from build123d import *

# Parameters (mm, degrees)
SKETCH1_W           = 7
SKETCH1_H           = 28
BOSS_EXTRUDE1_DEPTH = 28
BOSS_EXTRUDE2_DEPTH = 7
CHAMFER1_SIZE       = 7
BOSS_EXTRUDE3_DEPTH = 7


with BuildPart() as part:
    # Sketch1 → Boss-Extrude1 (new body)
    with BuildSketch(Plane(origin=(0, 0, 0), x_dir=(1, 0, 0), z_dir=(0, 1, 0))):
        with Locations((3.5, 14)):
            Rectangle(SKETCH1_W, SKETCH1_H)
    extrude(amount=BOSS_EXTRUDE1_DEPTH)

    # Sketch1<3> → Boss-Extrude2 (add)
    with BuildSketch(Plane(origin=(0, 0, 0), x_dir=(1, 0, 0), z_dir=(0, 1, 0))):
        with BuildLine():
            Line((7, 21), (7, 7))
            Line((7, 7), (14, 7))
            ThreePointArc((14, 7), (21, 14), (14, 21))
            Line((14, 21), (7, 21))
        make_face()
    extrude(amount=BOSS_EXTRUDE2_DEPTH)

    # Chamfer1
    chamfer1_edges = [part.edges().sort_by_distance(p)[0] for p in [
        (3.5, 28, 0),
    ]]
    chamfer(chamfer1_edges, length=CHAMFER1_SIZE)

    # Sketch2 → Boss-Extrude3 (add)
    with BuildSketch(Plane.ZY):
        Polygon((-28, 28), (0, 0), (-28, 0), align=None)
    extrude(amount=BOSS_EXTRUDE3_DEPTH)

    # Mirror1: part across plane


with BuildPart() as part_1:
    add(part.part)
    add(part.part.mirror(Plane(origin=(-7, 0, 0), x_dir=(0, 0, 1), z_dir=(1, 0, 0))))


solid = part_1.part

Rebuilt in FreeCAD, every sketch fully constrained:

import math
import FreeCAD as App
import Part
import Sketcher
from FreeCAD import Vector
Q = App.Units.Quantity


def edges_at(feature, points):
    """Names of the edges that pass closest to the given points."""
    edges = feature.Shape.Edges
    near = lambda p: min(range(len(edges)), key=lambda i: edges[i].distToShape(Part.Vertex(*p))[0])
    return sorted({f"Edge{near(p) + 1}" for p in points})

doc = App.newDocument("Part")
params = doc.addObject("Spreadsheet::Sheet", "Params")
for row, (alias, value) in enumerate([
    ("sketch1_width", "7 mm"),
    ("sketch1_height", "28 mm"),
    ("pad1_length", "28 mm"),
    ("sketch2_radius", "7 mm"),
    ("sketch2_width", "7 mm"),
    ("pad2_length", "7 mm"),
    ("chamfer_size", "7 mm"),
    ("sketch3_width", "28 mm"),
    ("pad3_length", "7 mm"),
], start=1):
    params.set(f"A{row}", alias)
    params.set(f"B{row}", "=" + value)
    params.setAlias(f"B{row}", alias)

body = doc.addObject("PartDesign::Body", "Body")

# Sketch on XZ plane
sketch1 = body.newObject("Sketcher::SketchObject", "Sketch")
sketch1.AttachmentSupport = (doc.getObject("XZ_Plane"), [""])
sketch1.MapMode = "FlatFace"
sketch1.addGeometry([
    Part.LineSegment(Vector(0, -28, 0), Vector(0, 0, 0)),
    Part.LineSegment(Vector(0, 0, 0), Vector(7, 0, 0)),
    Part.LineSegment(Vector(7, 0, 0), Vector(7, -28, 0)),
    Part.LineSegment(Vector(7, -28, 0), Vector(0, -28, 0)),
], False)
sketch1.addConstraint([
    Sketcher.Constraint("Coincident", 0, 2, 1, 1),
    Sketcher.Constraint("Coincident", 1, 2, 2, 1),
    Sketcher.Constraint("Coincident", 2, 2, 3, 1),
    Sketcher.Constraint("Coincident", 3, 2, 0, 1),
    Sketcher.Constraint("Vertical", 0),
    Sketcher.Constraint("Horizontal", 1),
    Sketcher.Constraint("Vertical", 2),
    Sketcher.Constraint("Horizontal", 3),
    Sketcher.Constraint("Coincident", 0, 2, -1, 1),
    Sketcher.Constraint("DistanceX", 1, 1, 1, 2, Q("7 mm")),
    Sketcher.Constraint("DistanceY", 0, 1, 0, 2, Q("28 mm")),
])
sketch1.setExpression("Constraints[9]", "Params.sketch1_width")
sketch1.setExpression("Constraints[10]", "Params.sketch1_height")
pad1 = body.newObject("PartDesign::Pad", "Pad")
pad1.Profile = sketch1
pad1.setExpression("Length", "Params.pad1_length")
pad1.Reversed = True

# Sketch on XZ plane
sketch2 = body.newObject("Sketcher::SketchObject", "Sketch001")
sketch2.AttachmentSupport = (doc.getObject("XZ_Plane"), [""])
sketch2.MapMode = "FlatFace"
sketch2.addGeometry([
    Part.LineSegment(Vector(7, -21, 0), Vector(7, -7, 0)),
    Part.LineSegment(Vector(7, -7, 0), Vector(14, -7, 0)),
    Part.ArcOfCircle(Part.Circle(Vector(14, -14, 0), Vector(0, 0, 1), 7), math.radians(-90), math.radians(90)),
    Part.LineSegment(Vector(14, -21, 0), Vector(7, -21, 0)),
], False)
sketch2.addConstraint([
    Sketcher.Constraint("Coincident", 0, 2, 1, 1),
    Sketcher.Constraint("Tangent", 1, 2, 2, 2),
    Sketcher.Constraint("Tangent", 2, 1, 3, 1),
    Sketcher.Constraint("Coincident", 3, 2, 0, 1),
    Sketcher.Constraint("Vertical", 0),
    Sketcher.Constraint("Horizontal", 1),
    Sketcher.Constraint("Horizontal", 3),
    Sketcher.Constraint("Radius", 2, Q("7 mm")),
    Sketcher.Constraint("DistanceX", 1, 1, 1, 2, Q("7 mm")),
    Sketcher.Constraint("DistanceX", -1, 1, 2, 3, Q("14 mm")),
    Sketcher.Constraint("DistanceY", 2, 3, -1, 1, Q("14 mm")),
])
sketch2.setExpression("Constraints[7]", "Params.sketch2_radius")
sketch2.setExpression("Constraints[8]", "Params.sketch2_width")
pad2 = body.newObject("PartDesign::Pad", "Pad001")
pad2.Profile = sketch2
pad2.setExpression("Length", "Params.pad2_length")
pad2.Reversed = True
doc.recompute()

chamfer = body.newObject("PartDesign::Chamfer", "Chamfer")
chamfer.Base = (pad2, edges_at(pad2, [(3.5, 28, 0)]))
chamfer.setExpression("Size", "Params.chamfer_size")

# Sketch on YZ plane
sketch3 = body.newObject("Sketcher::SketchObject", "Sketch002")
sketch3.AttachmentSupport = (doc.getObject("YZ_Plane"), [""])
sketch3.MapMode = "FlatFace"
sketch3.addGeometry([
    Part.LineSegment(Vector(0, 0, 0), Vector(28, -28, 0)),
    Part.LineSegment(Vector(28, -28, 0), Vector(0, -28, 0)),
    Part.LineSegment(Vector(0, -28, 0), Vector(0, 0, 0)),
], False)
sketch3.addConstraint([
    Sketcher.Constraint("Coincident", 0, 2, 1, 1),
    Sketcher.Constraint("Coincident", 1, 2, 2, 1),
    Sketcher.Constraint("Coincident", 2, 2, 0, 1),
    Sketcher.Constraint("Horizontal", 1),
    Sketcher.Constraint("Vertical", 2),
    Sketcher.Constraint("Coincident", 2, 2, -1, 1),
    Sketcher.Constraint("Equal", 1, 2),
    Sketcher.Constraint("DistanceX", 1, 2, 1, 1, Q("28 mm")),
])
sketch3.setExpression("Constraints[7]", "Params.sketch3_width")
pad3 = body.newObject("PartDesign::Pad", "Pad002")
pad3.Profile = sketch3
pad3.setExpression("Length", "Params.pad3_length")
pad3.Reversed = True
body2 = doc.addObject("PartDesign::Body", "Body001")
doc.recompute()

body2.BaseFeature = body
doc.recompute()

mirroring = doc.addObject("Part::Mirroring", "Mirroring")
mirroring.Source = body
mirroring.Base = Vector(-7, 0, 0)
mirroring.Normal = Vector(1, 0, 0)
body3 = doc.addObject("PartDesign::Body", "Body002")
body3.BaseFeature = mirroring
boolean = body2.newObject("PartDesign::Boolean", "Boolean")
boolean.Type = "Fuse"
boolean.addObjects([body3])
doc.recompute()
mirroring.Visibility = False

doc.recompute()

# # # #

- What the task requires
Your answer should be the exact lines above from the one with "Line((7, 7), (14, 7))" through the one with "Rebuilt in FreeCAD, every", both included, and nothing besides.

- Solution
            Line((7, 7), (14, 7))
            ThreePointArc((14, 7), (21, 14), (14, 21))
            Line((14, 21), (7, 21))
        make_face()
    extrude(amount=BOSS_EXTRUDE2_DEPTH)

    # Chamfer1
    chamfer1_edges = [part.edges().sort_by_distance(p)[0] for p in [
        (3.5, 28, 0),
    ]]
    chamfer(chamfer1_edges, length=CHAMFER1_SIZE)

    # Sketch2 → Boss-Extrude3 (add)
    with BuildSketch(Plane.ZY):
        Polygon((-28, 28), (0, 0), (-28, 0), align=None)
    extrude(amount=BOSS_EXTRUDE3_DEPTH)

    # Mirror1: part across plane


with BuildPart() as part_1:
    add(part.part)
    add(part.part.mirror(Plane(origin=(-7, 0, 0), x_dir=(0, 0, 1), z_dir=(1, 0, 0))))


solid = part_1.part

Rebuilt in FreeCAD, every sketch fully constrained:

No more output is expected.